Patty Duke, who won an Oscar for best supporting actress...

Patty Duke, who won an Oscar for best supporting actress at 16 for her role as Helen Keller in 1962's "The Miracle Worker," has died, her agent confirmed. Credit: AP

Patty Duke, the Oscar-winning actress who also spent 50 years in front of TV cameras, capturing the heart of an entire generation playing a pair of identical cousins, died Tuesday. She was 69.

Duke’s agent, Mitchell Stubbs, says the actress died of sepsis from a ruptured intestine. She died in Coeur D’Alene, Idaho, according to Teri Weigel, the publicist for her son, actor Sean Astin.

“She was a wife, a mother, a grandmother, a friend, a mental health advocate and a cultural icon,” Stubbs said in a statement. “She will be greatly missed.”

Duke — whose birth name was Anna Marie Duke — was first a child actress. She won her Oscar at age 16, for best supporting actress in “The Miracle Worker,” the 1962 Arthur Penn-directed film in which she co-starred as the young Helen Keller with Anne Bancroft (also an Oscar winner as her teacher, Annie Sullivan). Duke had originated the role on Broadway.

“The Patty Duke Show” — a Sidney Sheldon creation — followed two years later, launching on ABC on Sept. 18, 1963. Duke played Patty Lane, an exuberant teen living in Brooklyn Heights whose cousin Cathy came to live with her. They were identical and — of course — played by the same actress. It was a tour de force for Duke, who often appeared in the same shots playing both characters — Patty, the “typical” American teen, and Cathy, a reserved, studious girl from Scotland who was perplexed and amused by her rambunctious cousin.

The series lasted only three seasons on ABC, an also-ran network in those days. ABC wanted to continue but also wanted to shift production of the series from New York to Hollywood. Duke was in her late teens when the show started but entered adulthood by the end of the third season. As an adult, she was able to work longer hours on a Hollywood production. She declined the move, and the series ended.

While Duke would work almost continuously on TV over the next 40 years — on series such as “Hail to the Chief,” in which she played the first female president of the United States; “Amazing Grace”; “Touched by an Angel”; and, briefly, “Glee” — she never recaptured the glory of “The Patty Duke Show.”

Born in Elmhurst, Queens, she was the youngest of three. Duke had a difficult childhood with abusive parents. By 8 years old she was largely under the control of husband-and-wife talent managers who soon found her work on soap operas and print advertising. They supplied her with alcohol and prescription drugs, which accelerated the effects of her undiagnosed bipolar disorder.

In her 1988 memoir, “Call Me Anna,” Duke wrote of her condition and its diagnosis only six years earlier, and of the treatment that subsequently stabilized her life.
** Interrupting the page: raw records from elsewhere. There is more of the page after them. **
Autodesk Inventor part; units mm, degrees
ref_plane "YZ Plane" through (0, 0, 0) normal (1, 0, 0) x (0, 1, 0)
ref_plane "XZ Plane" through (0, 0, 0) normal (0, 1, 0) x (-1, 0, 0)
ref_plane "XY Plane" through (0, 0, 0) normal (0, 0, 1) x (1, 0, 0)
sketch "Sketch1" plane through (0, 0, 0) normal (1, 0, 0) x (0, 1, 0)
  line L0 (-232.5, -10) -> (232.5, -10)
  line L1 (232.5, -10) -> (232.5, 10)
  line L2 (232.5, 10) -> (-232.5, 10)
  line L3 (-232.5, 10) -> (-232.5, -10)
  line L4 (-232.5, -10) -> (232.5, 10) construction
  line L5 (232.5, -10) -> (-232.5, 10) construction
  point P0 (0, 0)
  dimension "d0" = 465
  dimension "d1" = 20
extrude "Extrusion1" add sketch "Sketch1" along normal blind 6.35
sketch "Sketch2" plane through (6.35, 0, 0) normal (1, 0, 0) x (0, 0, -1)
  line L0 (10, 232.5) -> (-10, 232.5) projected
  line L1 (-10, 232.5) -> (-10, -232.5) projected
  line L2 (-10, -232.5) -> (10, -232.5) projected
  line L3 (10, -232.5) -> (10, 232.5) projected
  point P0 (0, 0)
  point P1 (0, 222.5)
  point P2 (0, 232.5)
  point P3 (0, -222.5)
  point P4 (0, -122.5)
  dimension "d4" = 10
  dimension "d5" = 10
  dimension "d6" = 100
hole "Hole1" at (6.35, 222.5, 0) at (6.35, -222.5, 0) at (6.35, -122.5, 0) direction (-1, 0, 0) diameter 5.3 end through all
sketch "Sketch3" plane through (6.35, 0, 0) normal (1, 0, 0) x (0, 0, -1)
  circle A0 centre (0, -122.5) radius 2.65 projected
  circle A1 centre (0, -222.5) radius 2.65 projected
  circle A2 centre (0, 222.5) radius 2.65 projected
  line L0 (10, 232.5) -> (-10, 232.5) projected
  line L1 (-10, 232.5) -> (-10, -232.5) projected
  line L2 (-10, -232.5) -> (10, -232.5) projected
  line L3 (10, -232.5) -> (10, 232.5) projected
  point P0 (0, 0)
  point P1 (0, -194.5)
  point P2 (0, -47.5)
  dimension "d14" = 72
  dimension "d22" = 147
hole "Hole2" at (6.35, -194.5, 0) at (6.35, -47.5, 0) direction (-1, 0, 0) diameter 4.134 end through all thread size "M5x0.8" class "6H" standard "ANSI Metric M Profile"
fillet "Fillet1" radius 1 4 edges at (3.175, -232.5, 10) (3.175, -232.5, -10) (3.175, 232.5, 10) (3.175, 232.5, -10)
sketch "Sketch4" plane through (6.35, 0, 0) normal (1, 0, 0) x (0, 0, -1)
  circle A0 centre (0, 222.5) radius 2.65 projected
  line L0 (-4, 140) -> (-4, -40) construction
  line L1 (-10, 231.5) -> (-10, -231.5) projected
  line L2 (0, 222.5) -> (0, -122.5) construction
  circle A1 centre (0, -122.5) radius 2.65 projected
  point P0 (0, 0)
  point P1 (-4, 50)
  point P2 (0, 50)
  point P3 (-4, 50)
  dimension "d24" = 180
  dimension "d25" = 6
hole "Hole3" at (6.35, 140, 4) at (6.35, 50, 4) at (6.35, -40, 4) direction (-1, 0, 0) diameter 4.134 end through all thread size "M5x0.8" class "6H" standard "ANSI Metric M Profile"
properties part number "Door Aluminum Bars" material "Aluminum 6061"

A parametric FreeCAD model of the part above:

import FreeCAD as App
import Part
import Sketcher

V = App.Vector


def edges_at(feature, points):
    """Names of the edges that pass closest to the given points."""
    edges = feature.Shape.Edges
    near = lambda p: min(range(len(edges)), key=lambda i: edges[i].distToShape(Part.Vertex(*p))[0])
    return sorted({f"Edge{near(p) + 1}" for p in points})


def add_polygon(sketch, points):
    """Adds a closed chain of lines whose ends are joined by coincident constraints."""
    first, n = sketch.GeometryCount, len(points)
    for a, b in zip(points, points[1:] + points[:1]):
        sketch.addGeometry(Part.LineSegment(App.Vector(*a, 0), App.Vector(*b, 0)), False)
    for i in range(n):
        sketch.addConstraint(Sketcher.Constraint("Coincident", first + i, 2, first + (i + 1) % n, 1))

doc = App.newDocument("Part")
body = doc.addObject("PartDesign::Body", "Body")

# Sketch on YZ plane
sketch1 = body.newObject("Sketcher::SketchObject", "Sketch")
sketch1.AttachmentSupport = (doc.getObject("YZ_Plane"), [""])
sketch1.MapMode = "FlatFace"
add_polygon(sketch1, [(-232, 10), (-232, -10), (232, -10), (232, 10)])  # lines 0-3
sketch1.addConstraint([
    Sketcher.Constraint("Vertical", 0),
    Sketcher.Constraint("Horizontal", 1),
    Sketcher.Constraint("Vertical", 2),
    Sketcher.Constraint("Horizontal", 3),
    Sketcher.Constraint("Symmetric", 0, 2, 2, 2, -1, 1),
    Sketcher.Constraint("DistanceX", 1, 1, 1, 2, 465.0),
    Sketcher.Constraint("DistanceY", 0, 2, 0, 1, 20.0),
])
pad1 = body.newObject("PartDesign::Pad", "Pad")
pad1.Profile = sketch1
pad1.Length = 6.35

# Sketch on YZ plane
sketch2 = body.newObject("Sketcher::SketchObject", "Sketch001")
sketch2.AttachmentSupport = (doc.getObject("YZ_Plane"), [""])
sketch2.MapMode = "FlatFace"
sketch2.AttachmentOffset = App.Placement(V(0, 0, 6.35), App.Rotation())
sketch2.addGeometry([
    Part.Circle(V(222.5, 0, 0), V(0, 0, 1), 2.6),
    Part.Circle(V(-222.5, 0, 0), V(0, 0, 1), 2.6),
    Part.Circle(V(-122.5, 0, 0), V(0, 0, 1), 2.6),
], False)
sketch2.addConstraint([
    Sketcher.Constraint("Equal", 0, 1),
    Sketcher.Constraint("Equal", 1, 2),
    Sketcher.Constraint("Symmetric", 0, 3, 1, 3, -1, 1),
    Sketcher.Constraint("PointOnObject", 0, 3, -1),
    Sketcher.Constraint("PointOnObject", 2, 3, -1),
    Sketcher.Constraint("Diameter", 0, 5.3),
    Sketcher.Constraint("DistanceX", 1, 3, 0, 3, 445.0),
    Sketcher.Constraint("DistanceX", 1, 3, 2, 3, 100.0),
])
doc.recompute()
hole = body.newObject("PartDesign::Hole", "Hole")
hole.Profile = sketch2
hole.ThreadType = "None"
hole.Diameter = 5.3
hole.DepthType = "ThroughAll"

# Sketch on YZ plane
sketch3 = body.newObject("Sketcher::SketchObject", "Sketch002")
sketch3.AttachmentSupport = (doc.getObject("YZ_Plane"), [""])
sketch3.MapMode = "FlatFace"
sketch3.AttachmentOffset = App.Placement(V(0, 0, 6.35), App.Rotation())
sketch3.addGeometry([
    Part.Circle(V(-194.5, 0, 0), V(0, 0, 1), 2.1),
    Part.Circle(V(-47.5, 0, 0), V(0, 0, 1), 2.1),
], False)
sketch3.addConstraint([
    Sketcher.Constraint("Equal", 0, 1),
    Sketcher.Constraint("PointOnObject", 0, 3, -1),
    Sketcher.Constraint("PointOnObject", 1, 3, -1),
    Sketcher.Constraint("Diameter", 0, 4.134),
    Sketcher.Constraint("DistanceX", 0, 3, 1, 3, 147.0),
    Sketcher.Constraint("DistanceX", 0, 3, -1, 1, 194.5),
])
doc.recompute()
hole2 = body.newObject("PartDesign::Hole", "Hole001")
hole2.Profile = sketch3
hole2.ThreadType = "None"
hole2.Diameter = 4.134
hole2.DepthType = "ThroughAll"
doc.recompute()

fillet = body.newObject("PartDesign::Fillet", "Fillet")
fillet.Base = (hole2, edges_at(hole2, [
    (3.175, -232.5, 10),
    (3.175, -232.5, -10),
    (3.175, 232.5, 10),
    (3.175, 232.5, -10),
]))
fillet.Radius = 1

# Sketch on YZ plane
sketch4 = body.newObject("Sketcher::SketchObject", "Sketch003")
sketch4.AttachmentSupport = (doc.getObject("YZ_Plane"), [""])
sketch4.MapMode = "FlatFace"
sketch4.AttachmentOffset = App.Placement(V(0, 0, 6.35), App.Rotation())
sketch4.addGeometry([
    Part.Circle(V(140, 4, 0), V(0, 0, 1), 2.1),
    Part.Circle(V(50, 4, 0), V(0, 0, 1), 2.1),
    Part.Circle(V(-40, 4, 0), V(0, 0, 1), 2.1),
], False)
sketch4.addConstraint([
    Sketcher.Constraint("Equal", 0, 1),
    Sketcher.Constraint("Equal", 1, 2),
    Sketcher.Constraint("Horizontal", 0, 3, 1, 3),
    Sketcher.Constraint("Horizontal", 1, 3, 2, 3),
    Sketcher.Constraint("Diameter", 0, 4.134),
    Sketcher.Constraint("DistanceX", -1, 1, 0, 3, 140.0),
    Sketcher.Constraint("DistanceY", -1, 1, 0, 3, 4.0),
    Sketcher.Constraint("DistanceX", -1, 1, 1, 3, 50.0),
    Sketcher.Constraint("DistanceX", 2, 3, -1, 1, 40.0),
])
doc.recompute()
hole3 = body.newObject("PartDesign::Hole", "Hole002")
hole3.Profile = sketch4
hole3.ThreadType = "None"
hole3.Diameter = 4.134
hole3.DepthType = "ThroughAll"

doc.recompute()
The book became a 1990 TV film in which she starred, and she became an activist for mental health causes, helping to destigmatize bipolar disorder.

Duke married “Addams Family” star John Astin in 1972 after her first marriage, to director Harry Falk, ended in divorce in 1969. (She was married for 13 days in 1970 to rock promoter Michael Tell, before ending in an annulment.) Her son Sean Astin (who would star in the “Lord of the Rings” trilogy), was born in 1971, with Duke later acknowledging that John Astin was his biological father. Astin and Duke (who had a second son, Mackenzie, now also an actor) divorced in 1985, and she married her fourth husband, Michael Pearce, in 1986. They adopted a son, Kevin, born in 1988.